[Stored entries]
=-=-=

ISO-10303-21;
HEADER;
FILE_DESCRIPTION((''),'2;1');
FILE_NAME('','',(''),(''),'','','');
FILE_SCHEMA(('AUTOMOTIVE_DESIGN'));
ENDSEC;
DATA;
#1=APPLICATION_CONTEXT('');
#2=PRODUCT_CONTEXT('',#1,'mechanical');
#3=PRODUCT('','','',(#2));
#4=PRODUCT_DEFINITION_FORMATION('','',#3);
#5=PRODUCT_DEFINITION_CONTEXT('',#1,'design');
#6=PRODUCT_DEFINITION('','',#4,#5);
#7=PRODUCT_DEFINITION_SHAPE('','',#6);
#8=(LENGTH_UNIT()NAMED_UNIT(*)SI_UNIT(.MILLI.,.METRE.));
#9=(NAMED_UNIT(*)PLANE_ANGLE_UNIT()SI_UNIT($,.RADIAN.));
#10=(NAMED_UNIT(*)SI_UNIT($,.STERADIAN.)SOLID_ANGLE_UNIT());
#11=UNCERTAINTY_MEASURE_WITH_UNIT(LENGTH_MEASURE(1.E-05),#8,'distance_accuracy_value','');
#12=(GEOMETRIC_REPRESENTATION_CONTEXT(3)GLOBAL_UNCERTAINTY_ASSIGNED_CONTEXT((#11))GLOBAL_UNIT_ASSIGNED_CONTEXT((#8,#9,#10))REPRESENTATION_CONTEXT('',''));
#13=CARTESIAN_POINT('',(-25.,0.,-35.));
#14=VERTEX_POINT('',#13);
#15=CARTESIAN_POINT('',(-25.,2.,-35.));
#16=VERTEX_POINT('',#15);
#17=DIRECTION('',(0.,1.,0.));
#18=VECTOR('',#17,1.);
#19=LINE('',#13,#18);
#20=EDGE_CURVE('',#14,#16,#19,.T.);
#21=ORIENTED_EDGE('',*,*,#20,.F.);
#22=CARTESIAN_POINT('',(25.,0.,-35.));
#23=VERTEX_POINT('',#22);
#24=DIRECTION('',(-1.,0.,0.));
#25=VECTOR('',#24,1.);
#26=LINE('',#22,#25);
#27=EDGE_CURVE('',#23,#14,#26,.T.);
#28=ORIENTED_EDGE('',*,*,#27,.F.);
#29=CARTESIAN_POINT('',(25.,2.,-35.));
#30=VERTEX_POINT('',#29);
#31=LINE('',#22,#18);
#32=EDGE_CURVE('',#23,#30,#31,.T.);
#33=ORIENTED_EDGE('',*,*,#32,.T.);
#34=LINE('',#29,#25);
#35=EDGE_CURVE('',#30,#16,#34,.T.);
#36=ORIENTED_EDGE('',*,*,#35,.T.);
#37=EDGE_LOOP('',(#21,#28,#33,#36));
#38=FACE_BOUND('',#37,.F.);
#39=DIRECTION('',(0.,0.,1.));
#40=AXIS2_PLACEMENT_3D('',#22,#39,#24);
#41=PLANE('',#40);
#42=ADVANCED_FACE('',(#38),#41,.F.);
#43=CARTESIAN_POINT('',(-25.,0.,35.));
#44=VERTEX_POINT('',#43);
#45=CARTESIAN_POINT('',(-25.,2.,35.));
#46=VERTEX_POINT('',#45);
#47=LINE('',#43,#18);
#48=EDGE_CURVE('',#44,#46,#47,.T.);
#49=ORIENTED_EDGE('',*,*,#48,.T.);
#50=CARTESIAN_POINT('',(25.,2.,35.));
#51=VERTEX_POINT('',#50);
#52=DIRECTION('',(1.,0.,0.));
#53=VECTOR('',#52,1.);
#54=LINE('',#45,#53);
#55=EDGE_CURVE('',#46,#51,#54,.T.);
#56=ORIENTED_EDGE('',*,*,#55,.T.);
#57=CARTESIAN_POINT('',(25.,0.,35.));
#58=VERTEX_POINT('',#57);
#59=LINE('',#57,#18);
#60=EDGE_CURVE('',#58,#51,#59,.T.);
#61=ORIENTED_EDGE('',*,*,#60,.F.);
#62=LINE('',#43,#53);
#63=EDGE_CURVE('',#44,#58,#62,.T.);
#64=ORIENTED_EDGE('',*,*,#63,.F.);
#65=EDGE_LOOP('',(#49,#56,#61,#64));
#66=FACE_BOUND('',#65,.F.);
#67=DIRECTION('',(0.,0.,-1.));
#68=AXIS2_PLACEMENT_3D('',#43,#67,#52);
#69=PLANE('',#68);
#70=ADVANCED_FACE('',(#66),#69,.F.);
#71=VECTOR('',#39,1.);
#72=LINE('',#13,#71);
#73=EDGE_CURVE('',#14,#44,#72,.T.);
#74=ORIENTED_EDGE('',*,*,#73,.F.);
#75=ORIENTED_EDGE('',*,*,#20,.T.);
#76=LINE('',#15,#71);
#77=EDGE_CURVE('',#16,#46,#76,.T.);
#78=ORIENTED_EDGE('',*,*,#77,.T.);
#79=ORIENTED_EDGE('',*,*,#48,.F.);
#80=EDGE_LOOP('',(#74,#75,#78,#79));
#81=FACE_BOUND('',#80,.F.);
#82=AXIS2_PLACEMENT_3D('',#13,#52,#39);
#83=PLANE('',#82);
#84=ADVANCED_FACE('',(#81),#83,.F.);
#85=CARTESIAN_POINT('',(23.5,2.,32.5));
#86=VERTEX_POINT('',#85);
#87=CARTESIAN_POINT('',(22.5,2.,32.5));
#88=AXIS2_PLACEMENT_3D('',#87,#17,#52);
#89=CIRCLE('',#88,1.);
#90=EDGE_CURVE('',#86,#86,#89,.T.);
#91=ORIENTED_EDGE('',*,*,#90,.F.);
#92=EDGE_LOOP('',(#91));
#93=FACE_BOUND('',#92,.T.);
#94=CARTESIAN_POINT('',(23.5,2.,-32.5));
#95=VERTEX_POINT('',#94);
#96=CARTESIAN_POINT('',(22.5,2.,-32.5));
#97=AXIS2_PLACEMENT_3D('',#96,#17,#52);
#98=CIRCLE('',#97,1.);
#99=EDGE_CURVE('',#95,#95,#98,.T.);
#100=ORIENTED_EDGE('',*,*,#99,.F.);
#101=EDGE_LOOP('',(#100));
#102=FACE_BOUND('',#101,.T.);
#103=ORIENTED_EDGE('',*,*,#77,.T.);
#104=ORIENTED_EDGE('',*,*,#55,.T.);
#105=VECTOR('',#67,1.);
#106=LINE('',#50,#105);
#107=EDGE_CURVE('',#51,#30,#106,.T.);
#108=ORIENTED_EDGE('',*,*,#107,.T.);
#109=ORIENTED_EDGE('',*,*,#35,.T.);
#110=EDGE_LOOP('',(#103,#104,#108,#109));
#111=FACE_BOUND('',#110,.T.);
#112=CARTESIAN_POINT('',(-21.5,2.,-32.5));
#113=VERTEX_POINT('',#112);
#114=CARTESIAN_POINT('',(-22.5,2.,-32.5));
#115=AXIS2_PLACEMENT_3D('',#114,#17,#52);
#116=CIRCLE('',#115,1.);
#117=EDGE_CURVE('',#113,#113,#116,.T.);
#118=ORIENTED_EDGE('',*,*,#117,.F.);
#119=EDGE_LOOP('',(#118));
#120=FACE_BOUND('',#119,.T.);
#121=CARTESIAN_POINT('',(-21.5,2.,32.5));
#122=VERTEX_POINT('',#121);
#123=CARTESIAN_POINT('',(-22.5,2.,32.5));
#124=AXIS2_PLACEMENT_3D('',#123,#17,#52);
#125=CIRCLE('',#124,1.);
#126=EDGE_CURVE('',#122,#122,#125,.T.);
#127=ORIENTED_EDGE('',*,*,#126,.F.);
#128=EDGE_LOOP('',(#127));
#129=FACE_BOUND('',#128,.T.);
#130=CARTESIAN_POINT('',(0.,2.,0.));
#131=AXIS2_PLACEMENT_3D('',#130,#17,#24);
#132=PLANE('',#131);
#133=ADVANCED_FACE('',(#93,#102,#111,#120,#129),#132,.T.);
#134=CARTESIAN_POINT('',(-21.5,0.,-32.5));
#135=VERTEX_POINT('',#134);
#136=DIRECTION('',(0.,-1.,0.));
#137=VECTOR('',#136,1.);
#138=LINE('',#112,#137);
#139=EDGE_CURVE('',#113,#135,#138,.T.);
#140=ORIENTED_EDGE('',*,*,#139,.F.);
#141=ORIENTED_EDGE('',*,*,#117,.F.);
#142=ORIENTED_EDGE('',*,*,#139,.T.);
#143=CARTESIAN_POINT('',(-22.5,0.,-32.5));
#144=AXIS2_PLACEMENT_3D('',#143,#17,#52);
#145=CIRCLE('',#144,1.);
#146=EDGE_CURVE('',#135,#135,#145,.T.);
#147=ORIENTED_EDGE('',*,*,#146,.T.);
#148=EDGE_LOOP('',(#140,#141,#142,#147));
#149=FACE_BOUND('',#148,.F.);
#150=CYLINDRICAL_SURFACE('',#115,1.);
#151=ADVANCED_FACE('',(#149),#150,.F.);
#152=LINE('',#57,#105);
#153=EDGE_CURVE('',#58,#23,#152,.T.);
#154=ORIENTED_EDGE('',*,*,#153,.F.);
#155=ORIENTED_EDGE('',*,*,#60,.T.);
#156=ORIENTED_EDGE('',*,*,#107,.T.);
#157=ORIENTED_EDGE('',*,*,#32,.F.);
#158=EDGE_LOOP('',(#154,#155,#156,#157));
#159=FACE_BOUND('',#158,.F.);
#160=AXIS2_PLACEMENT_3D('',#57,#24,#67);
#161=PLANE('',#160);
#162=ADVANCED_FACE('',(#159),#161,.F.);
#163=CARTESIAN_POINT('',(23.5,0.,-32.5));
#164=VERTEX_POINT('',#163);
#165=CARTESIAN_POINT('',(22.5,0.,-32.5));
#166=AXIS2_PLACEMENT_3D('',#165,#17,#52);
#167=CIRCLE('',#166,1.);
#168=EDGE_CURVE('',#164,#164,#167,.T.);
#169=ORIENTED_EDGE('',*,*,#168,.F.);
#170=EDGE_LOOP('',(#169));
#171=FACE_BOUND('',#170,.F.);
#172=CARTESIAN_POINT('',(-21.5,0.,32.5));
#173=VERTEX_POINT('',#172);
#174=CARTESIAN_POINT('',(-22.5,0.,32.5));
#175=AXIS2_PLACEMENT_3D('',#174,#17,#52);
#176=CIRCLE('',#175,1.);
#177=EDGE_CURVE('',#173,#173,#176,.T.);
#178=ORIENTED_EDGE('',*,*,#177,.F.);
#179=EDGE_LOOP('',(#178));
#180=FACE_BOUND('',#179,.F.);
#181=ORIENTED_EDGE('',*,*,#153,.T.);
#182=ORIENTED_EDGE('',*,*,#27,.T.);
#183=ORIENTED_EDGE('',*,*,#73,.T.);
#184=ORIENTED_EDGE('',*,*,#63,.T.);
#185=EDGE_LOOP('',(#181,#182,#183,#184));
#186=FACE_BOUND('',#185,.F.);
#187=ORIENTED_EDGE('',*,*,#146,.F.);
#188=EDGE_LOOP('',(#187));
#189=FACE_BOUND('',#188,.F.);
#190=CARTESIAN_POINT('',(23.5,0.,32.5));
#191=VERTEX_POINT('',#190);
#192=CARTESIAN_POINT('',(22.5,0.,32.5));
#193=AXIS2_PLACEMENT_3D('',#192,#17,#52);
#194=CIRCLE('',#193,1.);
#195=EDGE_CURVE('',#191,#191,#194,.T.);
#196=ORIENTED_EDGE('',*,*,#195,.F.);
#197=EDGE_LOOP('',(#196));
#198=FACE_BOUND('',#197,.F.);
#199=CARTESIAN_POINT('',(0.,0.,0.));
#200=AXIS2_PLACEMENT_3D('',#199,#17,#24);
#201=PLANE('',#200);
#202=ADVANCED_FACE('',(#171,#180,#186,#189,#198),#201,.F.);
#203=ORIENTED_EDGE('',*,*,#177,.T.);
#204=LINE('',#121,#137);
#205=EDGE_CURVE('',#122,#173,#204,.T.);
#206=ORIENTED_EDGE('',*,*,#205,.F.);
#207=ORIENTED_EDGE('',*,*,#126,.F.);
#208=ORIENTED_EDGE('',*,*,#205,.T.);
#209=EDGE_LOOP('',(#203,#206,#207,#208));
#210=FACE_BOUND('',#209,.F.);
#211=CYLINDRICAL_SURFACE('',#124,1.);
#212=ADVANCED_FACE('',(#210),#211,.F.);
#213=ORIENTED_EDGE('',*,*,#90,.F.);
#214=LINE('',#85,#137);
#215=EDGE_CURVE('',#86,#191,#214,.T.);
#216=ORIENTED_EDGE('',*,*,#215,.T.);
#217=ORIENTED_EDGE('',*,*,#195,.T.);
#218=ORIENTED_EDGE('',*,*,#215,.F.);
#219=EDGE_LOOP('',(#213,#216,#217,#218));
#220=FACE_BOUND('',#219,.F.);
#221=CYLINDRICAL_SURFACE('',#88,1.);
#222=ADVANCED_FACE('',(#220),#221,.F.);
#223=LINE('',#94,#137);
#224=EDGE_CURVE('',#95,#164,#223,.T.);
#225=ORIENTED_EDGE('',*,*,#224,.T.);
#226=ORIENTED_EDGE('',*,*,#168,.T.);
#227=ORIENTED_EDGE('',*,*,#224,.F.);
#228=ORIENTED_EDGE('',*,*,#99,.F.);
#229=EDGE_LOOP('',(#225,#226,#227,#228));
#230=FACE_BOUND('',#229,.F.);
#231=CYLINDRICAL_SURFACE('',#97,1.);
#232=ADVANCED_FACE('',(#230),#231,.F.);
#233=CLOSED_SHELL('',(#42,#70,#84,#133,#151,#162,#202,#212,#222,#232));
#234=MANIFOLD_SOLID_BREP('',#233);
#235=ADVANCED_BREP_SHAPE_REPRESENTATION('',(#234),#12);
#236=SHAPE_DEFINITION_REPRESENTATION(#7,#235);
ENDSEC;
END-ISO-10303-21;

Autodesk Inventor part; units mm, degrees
ref_plane "YZ Plane" through (0, 0, 0) normal (1, 0, 0) x (0, 1, 0)
ref_plane "XZ Plane" through (0, 0, 0) normal (0, 1, 0) x (-1, 0, 0)
ref_plane "XY Plane" through (0, 0, 0) normal (0, 0, 1) x (1, 0, 0)
sketch "Sketch1" plane through (0, 0, 0) normal (0, 1, 0) x (-1, 0, 0)
  line L0 (25, 35) -> (-25, 35)
  line L1 (-25, 35) -> (-25, -35)
  line L2 (-25, -35) -> (25, -35)
  line L3 (25, -35) -> (25, 35)
  line L4 (25, 35) -> (-25, -35) construction
  line L5 (-25, 35) -> (25, -35) construction
  point P0 (0, 0)
  dimension "d0" = 50
  dimension "d1" = 70
extrude "Extrusion1" add sketch "Sketch1" along normal blind 2
sketch "Sketch2" plane through (0, 2, 0) normal (0, 1, 0) x (1, 0, 0)
  line L0 (-22.5, -32.5) -> (22.5, -32.5) construction
  line L1 (22.5, -32.5) -> (22.5, 32.5) construction
  line L2 (22.5, 32.5) -> (-22.5, 32.5) construction
  line L3 (-22.5, 32.5) -> (-22.5, -32.5) construction
  line L4 (-22.5, -32.5) -> (22.5, 32.5) construction
  line L5 (22.5, -32.5) -> (-22.5, 32.5) construction
  circle A0 centre (-22.5, 32.5) radius 1
  circle A1 centre (-22.5, -32.5) radius 1
  circle A2 centre (22.5, -32.5) radius 1
  circle A3 centre (22.5, 32.5) radius 1
  point P0 (0, 0)
  dimension "d4" = 45
  dimension "d5" = 65
  dimension "d6" = 2
extrude "Extrusion2" cut sketch "Sketch2" against normal through all
ref_plane "Work Plane1" through (0, 0, -35) normal (-1, 0, 0) x (0, 0, 1)
ref_plane "Work Plane2" through (-25, 0, 0) normal (0, 0, 1) x (1, 0, 0)
properties part number "A-00"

=-=-=

What you should do
An exact, complete copy of the lines above from the one with "#204=LINE('',#121,#137);" through the one with "#217=ORIENTED_EDGE('',*,*,#195,.T.);" is the whole answer.

Output for this exercise
#204=LINE('',#121,#137);
#205=EDGE_CURVE('',#122,#173,#204,.T.);
#206=ORIENTED_EDGE('',*,*,#205,.F.);
#207=ORIENTED_EDGE('',*,*,#126,.F.);
#208=ORIENTED_EDGE('',*,*,#205,.T.);
#209=EDGE_LOOP('',(#203,#206,#207,#208));
#210=FACE_BOUND('',#209,.F.);
#211=CYLINDRICAL_SURFACE('',#124,1.);
#212=ADVANCED_FACE('',(#210),#211,.F.);
#213=ORIENTED_EDGE('',*,*,#90,.F.);
#214=LINE('',#85,#137);
#215=EDGE_CURVE('',#86,#191,#214,.T.);
#216=ORIENTED_EDGE('',*,*,#215,.T.);
#217=ORIENTED_EDGE('',*,*,#195,.T.);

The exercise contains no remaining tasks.